- [Exercise goal]
From the records below, set down exactly the lines starting with the line that contains "v -38.5 41.514 3.294" and going on through the line that contains "v -63.554 75.664 3.5". Nothing else is wanted.
-------- Data to examine --------
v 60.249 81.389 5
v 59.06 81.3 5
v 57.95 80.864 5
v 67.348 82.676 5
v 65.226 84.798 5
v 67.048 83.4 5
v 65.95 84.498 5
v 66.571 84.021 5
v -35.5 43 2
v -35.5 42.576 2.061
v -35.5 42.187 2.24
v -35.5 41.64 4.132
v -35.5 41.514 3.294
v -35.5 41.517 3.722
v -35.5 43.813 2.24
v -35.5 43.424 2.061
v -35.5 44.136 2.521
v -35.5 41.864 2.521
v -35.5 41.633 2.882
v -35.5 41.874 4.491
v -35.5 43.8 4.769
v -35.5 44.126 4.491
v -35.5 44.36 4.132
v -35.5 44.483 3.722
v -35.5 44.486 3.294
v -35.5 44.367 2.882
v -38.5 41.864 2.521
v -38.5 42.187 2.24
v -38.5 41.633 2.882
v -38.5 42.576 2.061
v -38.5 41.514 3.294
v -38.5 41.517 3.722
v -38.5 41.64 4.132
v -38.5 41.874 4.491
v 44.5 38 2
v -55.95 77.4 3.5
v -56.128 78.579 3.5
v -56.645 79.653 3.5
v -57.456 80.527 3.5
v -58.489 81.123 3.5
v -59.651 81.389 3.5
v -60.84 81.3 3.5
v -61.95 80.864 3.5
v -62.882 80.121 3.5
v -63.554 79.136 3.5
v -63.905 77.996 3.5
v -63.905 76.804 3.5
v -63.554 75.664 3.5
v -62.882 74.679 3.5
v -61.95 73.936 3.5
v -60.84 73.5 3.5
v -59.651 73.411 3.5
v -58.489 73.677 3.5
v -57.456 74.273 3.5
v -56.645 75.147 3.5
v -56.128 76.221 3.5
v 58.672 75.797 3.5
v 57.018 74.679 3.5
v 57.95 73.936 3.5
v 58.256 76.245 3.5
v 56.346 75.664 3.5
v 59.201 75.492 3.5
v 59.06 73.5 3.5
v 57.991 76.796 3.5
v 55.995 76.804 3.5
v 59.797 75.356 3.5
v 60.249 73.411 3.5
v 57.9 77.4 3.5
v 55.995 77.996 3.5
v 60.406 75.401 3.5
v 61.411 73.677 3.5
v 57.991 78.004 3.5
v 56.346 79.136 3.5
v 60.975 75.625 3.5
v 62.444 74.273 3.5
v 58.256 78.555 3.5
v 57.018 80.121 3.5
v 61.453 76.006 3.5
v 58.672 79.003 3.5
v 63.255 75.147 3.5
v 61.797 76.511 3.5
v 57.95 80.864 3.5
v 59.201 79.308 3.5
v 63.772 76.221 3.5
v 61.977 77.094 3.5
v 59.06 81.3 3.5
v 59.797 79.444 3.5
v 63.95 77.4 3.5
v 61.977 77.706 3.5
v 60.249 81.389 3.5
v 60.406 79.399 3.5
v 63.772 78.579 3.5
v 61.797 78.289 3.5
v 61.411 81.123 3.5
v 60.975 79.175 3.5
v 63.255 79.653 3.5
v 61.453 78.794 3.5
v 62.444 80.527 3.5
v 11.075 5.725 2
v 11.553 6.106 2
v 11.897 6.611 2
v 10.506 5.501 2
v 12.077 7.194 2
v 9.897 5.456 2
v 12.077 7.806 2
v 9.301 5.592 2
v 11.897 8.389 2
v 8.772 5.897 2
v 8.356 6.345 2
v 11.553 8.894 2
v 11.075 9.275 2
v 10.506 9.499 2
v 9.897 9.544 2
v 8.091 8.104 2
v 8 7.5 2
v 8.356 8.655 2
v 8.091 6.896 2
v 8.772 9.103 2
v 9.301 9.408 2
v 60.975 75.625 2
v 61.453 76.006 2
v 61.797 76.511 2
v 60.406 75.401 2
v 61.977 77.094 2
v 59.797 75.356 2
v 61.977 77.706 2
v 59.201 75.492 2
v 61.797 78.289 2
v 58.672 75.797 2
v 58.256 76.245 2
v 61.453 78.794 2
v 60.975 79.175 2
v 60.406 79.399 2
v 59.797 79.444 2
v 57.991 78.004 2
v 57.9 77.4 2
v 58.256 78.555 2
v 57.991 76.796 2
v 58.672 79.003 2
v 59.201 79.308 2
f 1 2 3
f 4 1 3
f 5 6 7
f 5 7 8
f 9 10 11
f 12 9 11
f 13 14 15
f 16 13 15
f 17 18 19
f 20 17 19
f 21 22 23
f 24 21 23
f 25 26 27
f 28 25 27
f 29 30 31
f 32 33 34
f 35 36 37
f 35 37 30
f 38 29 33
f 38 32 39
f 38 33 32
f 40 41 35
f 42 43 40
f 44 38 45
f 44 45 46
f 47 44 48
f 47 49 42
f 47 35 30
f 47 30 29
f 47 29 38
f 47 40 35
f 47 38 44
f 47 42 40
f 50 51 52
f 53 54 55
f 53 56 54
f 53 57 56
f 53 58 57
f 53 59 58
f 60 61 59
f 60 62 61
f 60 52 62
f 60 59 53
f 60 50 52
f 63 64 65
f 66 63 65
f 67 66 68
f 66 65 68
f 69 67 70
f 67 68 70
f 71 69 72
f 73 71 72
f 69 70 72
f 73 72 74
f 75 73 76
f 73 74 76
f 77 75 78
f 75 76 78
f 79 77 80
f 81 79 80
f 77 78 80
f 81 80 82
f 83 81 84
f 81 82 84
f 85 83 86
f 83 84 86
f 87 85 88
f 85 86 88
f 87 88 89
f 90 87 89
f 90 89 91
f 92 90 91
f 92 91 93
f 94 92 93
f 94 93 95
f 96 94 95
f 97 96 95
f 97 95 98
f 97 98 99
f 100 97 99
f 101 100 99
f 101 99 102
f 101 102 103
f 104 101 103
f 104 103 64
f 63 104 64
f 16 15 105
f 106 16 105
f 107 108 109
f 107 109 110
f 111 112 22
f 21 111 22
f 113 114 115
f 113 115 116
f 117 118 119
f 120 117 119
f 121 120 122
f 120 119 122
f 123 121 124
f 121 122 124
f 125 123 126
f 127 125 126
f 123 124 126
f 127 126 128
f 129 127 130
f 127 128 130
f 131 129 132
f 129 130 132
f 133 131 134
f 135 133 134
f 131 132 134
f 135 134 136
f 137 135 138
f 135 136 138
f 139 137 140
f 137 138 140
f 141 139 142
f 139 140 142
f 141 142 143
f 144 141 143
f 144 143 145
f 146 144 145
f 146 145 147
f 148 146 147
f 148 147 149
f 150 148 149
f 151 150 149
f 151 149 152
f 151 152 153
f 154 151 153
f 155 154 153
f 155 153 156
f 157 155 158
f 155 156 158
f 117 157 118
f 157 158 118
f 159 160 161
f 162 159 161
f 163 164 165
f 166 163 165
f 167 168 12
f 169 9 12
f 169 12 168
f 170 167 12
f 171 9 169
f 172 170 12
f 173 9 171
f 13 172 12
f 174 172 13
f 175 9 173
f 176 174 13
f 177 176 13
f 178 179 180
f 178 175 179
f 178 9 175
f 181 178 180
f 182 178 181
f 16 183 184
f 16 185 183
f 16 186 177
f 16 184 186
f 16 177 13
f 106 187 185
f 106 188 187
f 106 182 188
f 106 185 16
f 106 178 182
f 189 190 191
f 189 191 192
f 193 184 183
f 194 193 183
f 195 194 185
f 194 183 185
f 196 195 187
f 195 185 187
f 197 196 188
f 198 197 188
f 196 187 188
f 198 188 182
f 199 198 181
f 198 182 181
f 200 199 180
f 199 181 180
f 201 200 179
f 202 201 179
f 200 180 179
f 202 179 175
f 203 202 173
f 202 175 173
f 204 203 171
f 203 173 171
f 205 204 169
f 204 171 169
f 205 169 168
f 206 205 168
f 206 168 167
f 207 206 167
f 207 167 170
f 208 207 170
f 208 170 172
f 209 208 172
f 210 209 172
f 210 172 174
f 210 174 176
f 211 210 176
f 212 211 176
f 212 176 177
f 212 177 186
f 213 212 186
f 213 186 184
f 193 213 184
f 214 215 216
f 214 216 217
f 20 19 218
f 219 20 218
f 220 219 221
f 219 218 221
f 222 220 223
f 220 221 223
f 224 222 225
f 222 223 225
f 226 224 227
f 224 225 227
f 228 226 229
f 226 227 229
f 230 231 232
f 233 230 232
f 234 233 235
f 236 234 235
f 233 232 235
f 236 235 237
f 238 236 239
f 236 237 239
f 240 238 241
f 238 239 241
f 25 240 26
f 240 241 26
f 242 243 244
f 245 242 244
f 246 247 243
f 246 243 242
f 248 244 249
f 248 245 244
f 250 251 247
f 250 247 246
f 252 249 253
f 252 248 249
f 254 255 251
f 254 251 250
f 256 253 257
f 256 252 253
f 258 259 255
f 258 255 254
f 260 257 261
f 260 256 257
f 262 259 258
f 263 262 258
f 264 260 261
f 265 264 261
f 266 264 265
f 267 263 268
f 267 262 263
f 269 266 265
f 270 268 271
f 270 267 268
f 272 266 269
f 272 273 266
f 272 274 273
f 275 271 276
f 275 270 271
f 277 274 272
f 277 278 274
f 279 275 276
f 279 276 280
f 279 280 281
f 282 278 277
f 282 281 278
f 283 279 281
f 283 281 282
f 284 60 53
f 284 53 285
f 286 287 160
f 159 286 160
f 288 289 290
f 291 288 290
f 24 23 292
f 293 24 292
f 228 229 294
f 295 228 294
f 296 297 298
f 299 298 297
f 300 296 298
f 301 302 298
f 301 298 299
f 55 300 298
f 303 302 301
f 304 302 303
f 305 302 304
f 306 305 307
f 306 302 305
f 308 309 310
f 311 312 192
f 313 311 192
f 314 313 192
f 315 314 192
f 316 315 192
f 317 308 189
--------
- [Output of the exercise]
v -38.5 41.514 3.294
v -38.5 41.517 3.722
v -38.5 41.64 4.132
v -38.5 41.874 4.491
v 44.5 38 2
v -55.95 77.4 3.5
v -56.128 78.579 3.5
v -56.645 79.653 3.5
v -57.456 80.527 3.5
v -58.489 81.123 3.5
v -59.651 81.389 3.5
v -60.84 81.3 3.5
v -61.95 80.864 3.5
v -62.882 80.121 3.5
v -63.554 79.136 3.5
v -63.905 77.996 3.5
v -63.905 76.804 3.5
v -63.554 75.664 3.5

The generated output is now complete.